Riding in Airplanes #2: On With the Story (And Full of Hot Air)

Dear CF,

I had intended to do at least two Riding in Airplanes posts in this little series. The second installment was going to be about the intimate conversations we have on planes with total strangers. Some coincidences have, well, incided that plan. So I’ve lazily decided to organize this post according to coincidence, which the OED defines as “the notable concurrence of events or circumstances having no apparent causal connexion” or, alternately, “Falling together.”

Coincidence the First: I saw the movie Up, which has lots to say about fears and flying both, though not in connection with each other. It also deals pretty eloquently with the problem of what makes us happy. Moreover, it does in miniature (and in 3D) what the “What Makes Us Happy” article does in The Atlantic: show you (albeit in dumbshow, and in sunnily idealized form) the trajectory of a life in its entirety with its attendant emotions, and asks what one has to ask after watching a story end: Now What?

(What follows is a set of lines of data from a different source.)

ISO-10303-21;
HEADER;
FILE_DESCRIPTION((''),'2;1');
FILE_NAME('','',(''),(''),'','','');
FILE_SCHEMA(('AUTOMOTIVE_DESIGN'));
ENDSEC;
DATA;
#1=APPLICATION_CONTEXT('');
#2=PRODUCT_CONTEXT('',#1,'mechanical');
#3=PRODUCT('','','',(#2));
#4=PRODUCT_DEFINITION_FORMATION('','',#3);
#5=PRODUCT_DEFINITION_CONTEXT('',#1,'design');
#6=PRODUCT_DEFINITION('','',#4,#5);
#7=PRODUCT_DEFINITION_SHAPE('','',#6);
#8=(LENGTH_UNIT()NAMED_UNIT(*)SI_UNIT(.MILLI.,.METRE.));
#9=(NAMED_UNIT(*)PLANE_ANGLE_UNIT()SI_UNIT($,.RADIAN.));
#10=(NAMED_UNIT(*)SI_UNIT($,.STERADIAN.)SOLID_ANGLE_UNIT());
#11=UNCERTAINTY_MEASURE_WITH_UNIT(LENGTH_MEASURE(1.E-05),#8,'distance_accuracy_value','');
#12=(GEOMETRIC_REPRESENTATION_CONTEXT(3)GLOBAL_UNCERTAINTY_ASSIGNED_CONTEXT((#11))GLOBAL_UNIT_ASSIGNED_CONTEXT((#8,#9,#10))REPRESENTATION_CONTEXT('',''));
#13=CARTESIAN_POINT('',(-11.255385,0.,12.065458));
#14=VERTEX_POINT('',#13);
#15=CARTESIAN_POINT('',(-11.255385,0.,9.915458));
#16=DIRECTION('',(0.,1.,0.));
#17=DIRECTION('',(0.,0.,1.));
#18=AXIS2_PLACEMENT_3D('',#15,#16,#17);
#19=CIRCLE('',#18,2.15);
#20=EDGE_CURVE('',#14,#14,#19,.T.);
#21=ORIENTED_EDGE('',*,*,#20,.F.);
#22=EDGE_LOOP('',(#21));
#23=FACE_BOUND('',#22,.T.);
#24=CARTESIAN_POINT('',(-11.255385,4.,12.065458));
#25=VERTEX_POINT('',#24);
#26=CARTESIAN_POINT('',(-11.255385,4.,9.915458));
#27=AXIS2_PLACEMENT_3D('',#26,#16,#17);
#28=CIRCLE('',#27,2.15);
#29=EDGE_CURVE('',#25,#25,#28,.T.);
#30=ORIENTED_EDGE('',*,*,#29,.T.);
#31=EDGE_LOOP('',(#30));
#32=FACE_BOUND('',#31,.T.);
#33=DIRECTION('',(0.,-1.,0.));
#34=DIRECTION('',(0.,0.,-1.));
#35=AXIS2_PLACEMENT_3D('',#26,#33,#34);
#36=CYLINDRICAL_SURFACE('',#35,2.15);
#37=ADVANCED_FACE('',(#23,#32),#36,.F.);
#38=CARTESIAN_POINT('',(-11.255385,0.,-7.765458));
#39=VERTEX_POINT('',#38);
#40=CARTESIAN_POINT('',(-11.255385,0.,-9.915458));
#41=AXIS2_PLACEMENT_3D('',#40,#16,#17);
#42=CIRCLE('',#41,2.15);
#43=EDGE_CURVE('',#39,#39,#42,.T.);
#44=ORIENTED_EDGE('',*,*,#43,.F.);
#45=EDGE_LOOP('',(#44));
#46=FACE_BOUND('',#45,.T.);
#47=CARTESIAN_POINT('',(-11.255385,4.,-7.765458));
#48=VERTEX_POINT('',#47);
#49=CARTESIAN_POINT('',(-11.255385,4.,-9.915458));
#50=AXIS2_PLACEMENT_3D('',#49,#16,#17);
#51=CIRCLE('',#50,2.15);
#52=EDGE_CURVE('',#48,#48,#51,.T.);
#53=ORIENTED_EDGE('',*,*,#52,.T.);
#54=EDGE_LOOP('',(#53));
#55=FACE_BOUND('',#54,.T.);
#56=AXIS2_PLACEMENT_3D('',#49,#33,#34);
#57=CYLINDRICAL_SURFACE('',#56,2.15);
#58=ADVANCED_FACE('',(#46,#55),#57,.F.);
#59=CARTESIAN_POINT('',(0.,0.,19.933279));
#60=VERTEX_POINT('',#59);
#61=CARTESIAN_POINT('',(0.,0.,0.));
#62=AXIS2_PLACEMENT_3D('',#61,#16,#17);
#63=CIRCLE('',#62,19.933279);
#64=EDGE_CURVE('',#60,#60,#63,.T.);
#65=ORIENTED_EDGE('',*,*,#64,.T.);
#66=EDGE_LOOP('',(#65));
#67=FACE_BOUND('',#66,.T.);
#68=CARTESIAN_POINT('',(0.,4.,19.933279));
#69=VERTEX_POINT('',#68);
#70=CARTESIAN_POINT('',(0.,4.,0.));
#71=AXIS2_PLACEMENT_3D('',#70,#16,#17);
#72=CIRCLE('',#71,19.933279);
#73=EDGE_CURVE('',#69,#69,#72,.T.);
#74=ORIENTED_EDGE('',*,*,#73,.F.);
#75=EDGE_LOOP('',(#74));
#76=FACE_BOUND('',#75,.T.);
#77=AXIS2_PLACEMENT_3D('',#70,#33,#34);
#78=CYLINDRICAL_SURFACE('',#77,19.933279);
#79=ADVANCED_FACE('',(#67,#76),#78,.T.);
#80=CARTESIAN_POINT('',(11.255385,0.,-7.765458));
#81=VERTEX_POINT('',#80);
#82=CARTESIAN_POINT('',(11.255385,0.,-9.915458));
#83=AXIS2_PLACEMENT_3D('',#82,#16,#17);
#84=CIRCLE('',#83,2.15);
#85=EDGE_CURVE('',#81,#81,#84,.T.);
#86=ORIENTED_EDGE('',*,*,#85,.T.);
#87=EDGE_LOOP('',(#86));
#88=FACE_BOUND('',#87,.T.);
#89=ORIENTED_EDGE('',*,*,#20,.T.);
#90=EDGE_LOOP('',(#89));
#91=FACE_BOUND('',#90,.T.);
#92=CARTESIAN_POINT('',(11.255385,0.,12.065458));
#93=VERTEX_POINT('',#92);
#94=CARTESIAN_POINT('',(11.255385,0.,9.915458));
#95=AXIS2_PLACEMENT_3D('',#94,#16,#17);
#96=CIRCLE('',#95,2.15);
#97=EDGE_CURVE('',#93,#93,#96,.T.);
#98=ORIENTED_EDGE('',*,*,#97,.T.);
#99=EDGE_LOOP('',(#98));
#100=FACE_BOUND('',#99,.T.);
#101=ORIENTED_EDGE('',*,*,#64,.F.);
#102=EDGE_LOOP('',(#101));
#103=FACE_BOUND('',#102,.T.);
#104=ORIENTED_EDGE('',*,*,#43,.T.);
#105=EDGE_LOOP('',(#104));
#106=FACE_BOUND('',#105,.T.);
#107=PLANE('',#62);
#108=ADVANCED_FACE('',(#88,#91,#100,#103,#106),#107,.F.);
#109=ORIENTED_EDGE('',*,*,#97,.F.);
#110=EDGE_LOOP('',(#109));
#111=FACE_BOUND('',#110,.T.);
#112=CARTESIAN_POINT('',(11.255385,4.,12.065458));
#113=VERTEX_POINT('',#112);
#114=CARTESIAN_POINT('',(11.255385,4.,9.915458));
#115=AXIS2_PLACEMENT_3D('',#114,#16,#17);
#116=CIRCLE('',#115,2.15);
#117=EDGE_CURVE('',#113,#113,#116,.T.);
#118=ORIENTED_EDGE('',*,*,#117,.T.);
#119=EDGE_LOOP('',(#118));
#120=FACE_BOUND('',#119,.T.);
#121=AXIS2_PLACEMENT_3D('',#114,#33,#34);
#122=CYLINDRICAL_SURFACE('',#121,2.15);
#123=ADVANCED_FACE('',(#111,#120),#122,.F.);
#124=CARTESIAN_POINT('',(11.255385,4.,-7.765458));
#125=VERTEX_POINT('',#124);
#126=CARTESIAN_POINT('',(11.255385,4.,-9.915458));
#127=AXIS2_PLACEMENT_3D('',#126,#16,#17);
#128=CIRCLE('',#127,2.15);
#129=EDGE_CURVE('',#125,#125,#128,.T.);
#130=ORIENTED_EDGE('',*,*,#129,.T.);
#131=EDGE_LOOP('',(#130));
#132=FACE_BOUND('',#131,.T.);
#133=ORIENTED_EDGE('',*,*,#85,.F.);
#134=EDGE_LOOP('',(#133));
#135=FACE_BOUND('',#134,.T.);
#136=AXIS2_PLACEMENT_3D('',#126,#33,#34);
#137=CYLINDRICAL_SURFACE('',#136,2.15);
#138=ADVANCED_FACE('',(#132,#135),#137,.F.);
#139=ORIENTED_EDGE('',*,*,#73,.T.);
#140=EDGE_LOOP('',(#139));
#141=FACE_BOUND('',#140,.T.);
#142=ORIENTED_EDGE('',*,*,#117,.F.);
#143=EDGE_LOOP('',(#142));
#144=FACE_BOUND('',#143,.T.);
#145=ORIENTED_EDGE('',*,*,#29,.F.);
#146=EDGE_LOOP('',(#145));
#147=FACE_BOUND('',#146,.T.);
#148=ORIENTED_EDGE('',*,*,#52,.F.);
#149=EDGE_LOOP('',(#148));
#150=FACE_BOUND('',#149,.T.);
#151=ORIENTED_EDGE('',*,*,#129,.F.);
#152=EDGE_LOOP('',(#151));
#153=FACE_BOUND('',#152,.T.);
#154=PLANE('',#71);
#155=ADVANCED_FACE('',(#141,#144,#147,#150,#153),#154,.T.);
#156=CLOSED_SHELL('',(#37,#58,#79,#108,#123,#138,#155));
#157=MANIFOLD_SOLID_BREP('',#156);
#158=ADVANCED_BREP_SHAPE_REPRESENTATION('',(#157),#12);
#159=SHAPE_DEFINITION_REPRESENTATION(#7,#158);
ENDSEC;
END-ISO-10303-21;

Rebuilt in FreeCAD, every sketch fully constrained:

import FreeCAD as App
import Part
import Sketcher

V = App.Vector

doc = App.newDocument("Part")
body = doc.addObject("PartDesign::Body", "Body")

sketch1 = body.newObject("Sketcher::SketchObject", "Sketch")
sketch1.AttachmentSupport = (doc.getObject("XZ_Plane"), [""])
sketch1.MapMode = "FlatFace"
sketch1.addGeometry(Part.Circle(V(0, 0, 0), V(0, 0, 1), 19.933279), False)
sketch1.addGeometry(Part.Circle(V(-11.255385, -9.915458, 0), V(0, 0, 1), 2.15), False)
sketch1.addGeometry(Part.Circle(V(-11.255385, 9.915458, 0), V(0, 0, 1), 2.15), False)
sketch1.addGeometry(Part.Circle(V(11.255385, -9.915458, 0), V(0, 0, 1), 2.15), False)
sketch1.addGeometry(Part.Circle(V(11.255385, 9.915458, 0), V(0, 0, 1), 2.15), False)
sketch1.addConstraint(Sketcher.Constraint("Coincident", 0, 3, -1, 1))
sketch1.addConstraint(Sketcher.Constraint("Equal", 1, 2))
sketch1.addConstraint(Sketcher.Constraint("Equal", 2, 3))
sketch1.addConstraint(Sketcher.Constraint("Equal", 3, 4))
sketch1.addConstraint(Sketcher.Constraint("Symmetric", 2, 3, 3, 3, -1, 1))
sketch1.addConstraint(Sketcher.Constraint("Symmetric", 1, 3, 4, 3, -1, 1))
sketch1.addConstraint(Sketcher.Constraint("Symmetric", 1, 3, 3, 3, -2))
sketch1.addConstraint(Sketcher.Constraint("Diameter", 1, 4.3))
sketch1.addConstraint(Sketcher.Constraint("Diameter", 0, 39.866558))
sketch1.addConstraint(Sketcher.Constraint("DistanceY", 1, 3, -1, 1, 9.915458))
sketch1.addConstraint(Sketcher.Constraint("DistanceX", 1, 3, 3, 3, 22.51077))
pad1 = body.newObject("PartDesign::Pad", "Pad")
pad1.Profile = sketch1
pad1.Length = 4
pad1.Reversed = True

doc.recompute()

If Star Trek’s plot is driven by dead women, so is Up‘s. But the latter has that rare and ineffable thing: respect for story and for audience. It’s not perfect: the movie retreats a bit from the near-Chekhovian territory of its real-life premise.  In deference to young viewers it refrains from pushing through the really grim questions—for example, where Frederickson will live and die, a problem which hovers like, well, a big blimp in the background and seasons the whole escapist adventure with poignancy—but it rather beautifully lets Frederickson let go of all those dreams deferred. (This isn’t About Schmidt.) Still, it gives two really deserving protagonists a way to channel, fulfill and (maybe most importantly) attenuate their visions so they don’t explode. The Spirit of Adventure gets deflated, but there’s remarkable beauty and power in balloons. If only Nero had had a chubby young scout stowaway aboard his ship!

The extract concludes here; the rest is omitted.